**Activity:**
Of the lines in the data below, write out exactly those from the one holding "#44=FACE_BOUND('',#43,.T.);" through the one holding "#61=ADVANCED_FACE('',(#56,#59),#60,.T.);", both included.

Records for this exercise START

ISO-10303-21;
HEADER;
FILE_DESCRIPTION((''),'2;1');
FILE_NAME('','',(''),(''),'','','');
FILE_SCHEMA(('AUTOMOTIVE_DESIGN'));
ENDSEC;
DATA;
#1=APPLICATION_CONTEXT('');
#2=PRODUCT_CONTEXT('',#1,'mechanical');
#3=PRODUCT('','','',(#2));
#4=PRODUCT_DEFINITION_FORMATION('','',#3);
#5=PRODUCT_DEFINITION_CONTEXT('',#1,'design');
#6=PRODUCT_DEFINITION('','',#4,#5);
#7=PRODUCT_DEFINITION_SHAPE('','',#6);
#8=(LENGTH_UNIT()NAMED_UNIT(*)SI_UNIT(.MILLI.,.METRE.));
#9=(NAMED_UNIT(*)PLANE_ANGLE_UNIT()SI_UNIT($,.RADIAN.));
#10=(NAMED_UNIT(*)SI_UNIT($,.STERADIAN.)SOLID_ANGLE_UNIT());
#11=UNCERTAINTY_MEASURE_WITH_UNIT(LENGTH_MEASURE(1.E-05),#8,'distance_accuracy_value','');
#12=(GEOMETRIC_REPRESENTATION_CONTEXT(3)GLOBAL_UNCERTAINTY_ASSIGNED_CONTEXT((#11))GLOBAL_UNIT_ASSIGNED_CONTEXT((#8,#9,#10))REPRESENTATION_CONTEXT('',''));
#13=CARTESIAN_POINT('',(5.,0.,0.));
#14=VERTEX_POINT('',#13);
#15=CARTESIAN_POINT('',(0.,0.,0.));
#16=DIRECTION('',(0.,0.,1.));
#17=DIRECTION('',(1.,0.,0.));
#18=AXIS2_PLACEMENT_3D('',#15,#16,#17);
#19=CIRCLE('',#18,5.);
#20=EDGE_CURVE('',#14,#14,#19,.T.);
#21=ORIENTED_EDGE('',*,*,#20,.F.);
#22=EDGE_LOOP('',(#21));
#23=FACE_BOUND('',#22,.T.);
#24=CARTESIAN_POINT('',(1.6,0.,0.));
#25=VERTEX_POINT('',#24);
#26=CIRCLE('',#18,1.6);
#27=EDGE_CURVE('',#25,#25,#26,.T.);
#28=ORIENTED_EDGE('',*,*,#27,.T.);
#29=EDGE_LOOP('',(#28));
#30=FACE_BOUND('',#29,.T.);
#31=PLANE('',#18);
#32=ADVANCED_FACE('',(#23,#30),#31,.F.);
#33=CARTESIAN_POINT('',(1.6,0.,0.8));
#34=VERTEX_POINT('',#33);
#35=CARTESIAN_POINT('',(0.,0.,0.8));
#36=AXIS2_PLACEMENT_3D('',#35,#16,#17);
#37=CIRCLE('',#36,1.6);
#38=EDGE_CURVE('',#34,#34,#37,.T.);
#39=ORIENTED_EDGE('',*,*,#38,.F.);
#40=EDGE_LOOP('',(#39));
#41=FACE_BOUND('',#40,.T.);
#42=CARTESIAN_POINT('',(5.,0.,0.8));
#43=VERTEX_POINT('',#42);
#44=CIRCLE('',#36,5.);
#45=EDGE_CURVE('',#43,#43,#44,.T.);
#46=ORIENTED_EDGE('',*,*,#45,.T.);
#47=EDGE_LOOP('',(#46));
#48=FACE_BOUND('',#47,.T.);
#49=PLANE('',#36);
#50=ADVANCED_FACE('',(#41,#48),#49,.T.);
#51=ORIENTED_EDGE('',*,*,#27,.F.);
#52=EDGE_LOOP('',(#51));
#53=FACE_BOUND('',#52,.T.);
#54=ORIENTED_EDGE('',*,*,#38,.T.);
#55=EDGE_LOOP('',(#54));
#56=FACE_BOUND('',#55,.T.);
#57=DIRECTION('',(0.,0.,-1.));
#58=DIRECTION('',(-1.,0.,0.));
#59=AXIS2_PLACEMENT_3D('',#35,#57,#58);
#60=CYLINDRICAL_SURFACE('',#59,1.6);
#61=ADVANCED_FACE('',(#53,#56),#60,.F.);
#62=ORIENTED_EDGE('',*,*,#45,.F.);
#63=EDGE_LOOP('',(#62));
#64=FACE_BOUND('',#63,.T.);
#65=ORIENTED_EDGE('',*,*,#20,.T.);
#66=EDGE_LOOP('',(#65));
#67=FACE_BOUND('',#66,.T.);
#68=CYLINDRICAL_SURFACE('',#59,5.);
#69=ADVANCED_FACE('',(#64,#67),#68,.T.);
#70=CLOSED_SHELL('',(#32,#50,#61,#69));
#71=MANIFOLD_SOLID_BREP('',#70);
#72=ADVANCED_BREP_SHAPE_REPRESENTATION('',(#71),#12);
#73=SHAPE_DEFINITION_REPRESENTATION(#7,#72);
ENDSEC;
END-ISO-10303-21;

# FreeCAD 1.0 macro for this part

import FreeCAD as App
import Part
import Sketcher

V = App.Vector

doc = App.newDocument("Part")
body = doc.addObject("PartDesign::Body", "Body")

sketch1 = doc.addObject("Sketcher::SketchObject", "Sketch")
body.addObject(sketch1)
sketch1.AttachmentSupport = (doc.XY_Plane, [""])
sketch1.MapMode = "FlatFace"
sketch1.addGeometry(Part.Circle(V(0, 0, 0), V(0, 0, 1), 5), False)
sketch1.addGeometry(Part.Circle(V(0, 0, 0), V(0, 0, 1), 1.6), False)
sketch1.addConstraint(Sketcher.Constraint("Coincident", 0, 3, -1, 1))
sketch1.addConstraint(Sketcher.Constraint("Coincident", 1, 3, -1, 1))
sketch1.addConstraint(Sketcher.Constraint("Diameter", 0, 10.0))
sketch1.addConstraint(Sketcher.Constraint("Diameter", 1, 3.2))
pad1 = doc.addObject("PartDesign::Pad", "Pad")
body.addObject(pad1)
pad1.Profile = sketch1
pad1.Length = 0.8

doc.recompute()
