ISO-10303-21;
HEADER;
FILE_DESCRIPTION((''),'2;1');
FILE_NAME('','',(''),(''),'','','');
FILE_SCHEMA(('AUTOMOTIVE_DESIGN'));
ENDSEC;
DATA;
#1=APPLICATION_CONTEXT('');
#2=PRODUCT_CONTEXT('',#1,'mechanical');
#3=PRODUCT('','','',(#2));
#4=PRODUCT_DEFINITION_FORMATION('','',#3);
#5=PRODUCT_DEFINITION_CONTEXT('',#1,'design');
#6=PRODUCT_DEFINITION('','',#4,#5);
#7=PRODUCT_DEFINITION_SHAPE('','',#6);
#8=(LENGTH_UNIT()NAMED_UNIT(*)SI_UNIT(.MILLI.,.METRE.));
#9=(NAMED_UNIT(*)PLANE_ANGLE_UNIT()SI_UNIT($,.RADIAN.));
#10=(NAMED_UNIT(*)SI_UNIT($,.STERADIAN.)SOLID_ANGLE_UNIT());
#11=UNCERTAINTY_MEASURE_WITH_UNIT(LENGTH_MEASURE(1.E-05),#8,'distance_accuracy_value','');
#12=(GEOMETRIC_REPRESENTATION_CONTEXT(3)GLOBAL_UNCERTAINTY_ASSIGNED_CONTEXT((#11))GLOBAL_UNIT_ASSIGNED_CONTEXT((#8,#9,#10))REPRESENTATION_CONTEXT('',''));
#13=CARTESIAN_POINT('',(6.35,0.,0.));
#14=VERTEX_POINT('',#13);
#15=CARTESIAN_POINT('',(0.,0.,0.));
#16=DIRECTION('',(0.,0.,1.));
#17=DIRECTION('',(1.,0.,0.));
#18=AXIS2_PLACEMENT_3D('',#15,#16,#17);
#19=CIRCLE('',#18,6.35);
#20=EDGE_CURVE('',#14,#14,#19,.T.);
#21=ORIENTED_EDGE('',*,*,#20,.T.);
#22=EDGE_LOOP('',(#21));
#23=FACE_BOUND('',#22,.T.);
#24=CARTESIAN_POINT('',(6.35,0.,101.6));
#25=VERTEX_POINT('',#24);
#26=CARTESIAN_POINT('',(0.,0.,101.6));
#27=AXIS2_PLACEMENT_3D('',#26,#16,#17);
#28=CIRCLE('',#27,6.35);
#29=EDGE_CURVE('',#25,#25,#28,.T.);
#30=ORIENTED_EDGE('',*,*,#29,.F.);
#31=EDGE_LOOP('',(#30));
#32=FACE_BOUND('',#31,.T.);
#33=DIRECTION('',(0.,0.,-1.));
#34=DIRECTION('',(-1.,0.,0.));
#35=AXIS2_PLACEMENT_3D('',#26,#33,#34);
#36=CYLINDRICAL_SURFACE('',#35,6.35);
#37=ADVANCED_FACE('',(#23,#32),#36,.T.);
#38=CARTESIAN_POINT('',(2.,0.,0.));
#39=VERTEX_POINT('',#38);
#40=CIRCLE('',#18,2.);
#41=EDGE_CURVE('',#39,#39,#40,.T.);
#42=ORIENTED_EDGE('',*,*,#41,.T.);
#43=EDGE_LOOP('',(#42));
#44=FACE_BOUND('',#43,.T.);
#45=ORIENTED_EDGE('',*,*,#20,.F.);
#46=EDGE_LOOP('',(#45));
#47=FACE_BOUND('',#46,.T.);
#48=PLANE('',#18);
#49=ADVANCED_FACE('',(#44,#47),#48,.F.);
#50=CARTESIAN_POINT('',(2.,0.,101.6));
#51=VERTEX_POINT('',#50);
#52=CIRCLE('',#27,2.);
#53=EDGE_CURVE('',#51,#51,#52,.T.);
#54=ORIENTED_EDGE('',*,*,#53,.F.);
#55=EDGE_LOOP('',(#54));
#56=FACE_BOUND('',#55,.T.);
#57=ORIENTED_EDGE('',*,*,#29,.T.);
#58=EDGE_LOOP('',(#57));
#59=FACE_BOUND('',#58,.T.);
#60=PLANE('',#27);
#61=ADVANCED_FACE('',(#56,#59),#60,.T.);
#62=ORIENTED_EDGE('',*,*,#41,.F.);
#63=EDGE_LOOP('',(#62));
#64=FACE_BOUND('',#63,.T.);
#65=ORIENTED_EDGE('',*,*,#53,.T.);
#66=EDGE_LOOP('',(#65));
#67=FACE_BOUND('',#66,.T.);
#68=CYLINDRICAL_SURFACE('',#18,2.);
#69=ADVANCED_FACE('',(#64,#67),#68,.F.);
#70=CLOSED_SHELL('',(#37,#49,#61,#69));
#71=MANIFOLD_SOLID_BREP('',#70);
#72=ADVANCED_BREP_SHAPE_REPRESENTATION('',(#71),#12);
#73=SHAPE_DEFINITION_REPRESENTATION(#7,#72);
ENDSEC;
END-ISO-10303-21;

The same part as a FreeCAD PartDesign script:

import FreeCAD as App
import Part
import Sketcher
Q = App.Units.Quantity

doc = App.newDocument("Part")
body = doc.addObject("PartDesign::Body", "Body")

# Sketch on XY plane
sketch1 = body.newObject("Sketcher::SketchObject", "Sketch")
sketch1.AttachmentSupport = (doc.getObject("XY_Plane"), [""])
sketch1.MapMode = "FlatFace"
sketch1.addGeometry(Part.Circle(App.Vector(0, 0, 0), App.Vector(0, 0, 1), 6), False)
sketch1.addConstraint(Sketcher.Constraint("Coincident", 0, 3, -1, 1))
sketch1.addConstraint(Sketcher.Constraint("Diameter", 0, Q("12.7 mm")))
pad1 = body.newObject("PartDesign::Pad", "Pad")
pad1.Profile = sketch1
pad1.Length = 101.6

# Sketch on XY plane
sketch2 = body.newObject("Sketcher::SketchObject", "Sketch001")
sketch2.AttachmentSupport = (doc.getObject("XY_Plane"), [""])
sketch2.MapMode = "FlatFace"
sketch2.AttachmentOffset = App.Placement(App.Vector(0, 0, 101.6), App.Rotation())
sketch2.addGeometry(Part.Circle(App.Vector(0, 0, 0), App.Vector(0, 0, 1), 2), False)
sketch2.addConstraint(Sketcher.Constraint("Coincident", 0, 3, -1, 1))
sketch2.addConstraint(Sketcher.Constraint("Diameter", 0, Q("4 mm")))
pocket1 = body.newObject("PartDesign::Pocket", "Pocket")
pocket1.Profile = sketch2
pocket1.Type = "ThroughAll"

doc.recompute()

Records for this exercise END

**Result for this task:**
#44=FACE_BOUND('',#43,.T.);
#45=ORIENTED_EDGE('',*,*,#20,.F.);
#46=EDGE_LOOP('',(#45));
#47=FACE_BOUND('',#46,.T.);
#48=PLANE('',#18);
#49=ADVANCED_FACE('',(#44,#47),#48,.F.);
#50=CARTESIAN_POINT('',(2.,0.,101.6));
#51=VERTEX_POINT('',#50);
#52=CIRCLE('',#27,2.);
#53=EDGE_CURVE('',#51,#51,#52,.T.);
#54=ORIENTED_EDGE('',*,*,#53,.F.);
#55=EDGE_LOOP('',(#54));
#56=FACE_BOUND('',#55,.T.);
#57=ORIENTED_EDGE('',*,*,#29,.T.);
#58=EDGE_LOOP('',(#57));
#59=FACE_BOUND('',#58,.T.);
#60=PLANE('',#27);
#61=ADVANCED_FACE('',(#56,#59),#60,.T.);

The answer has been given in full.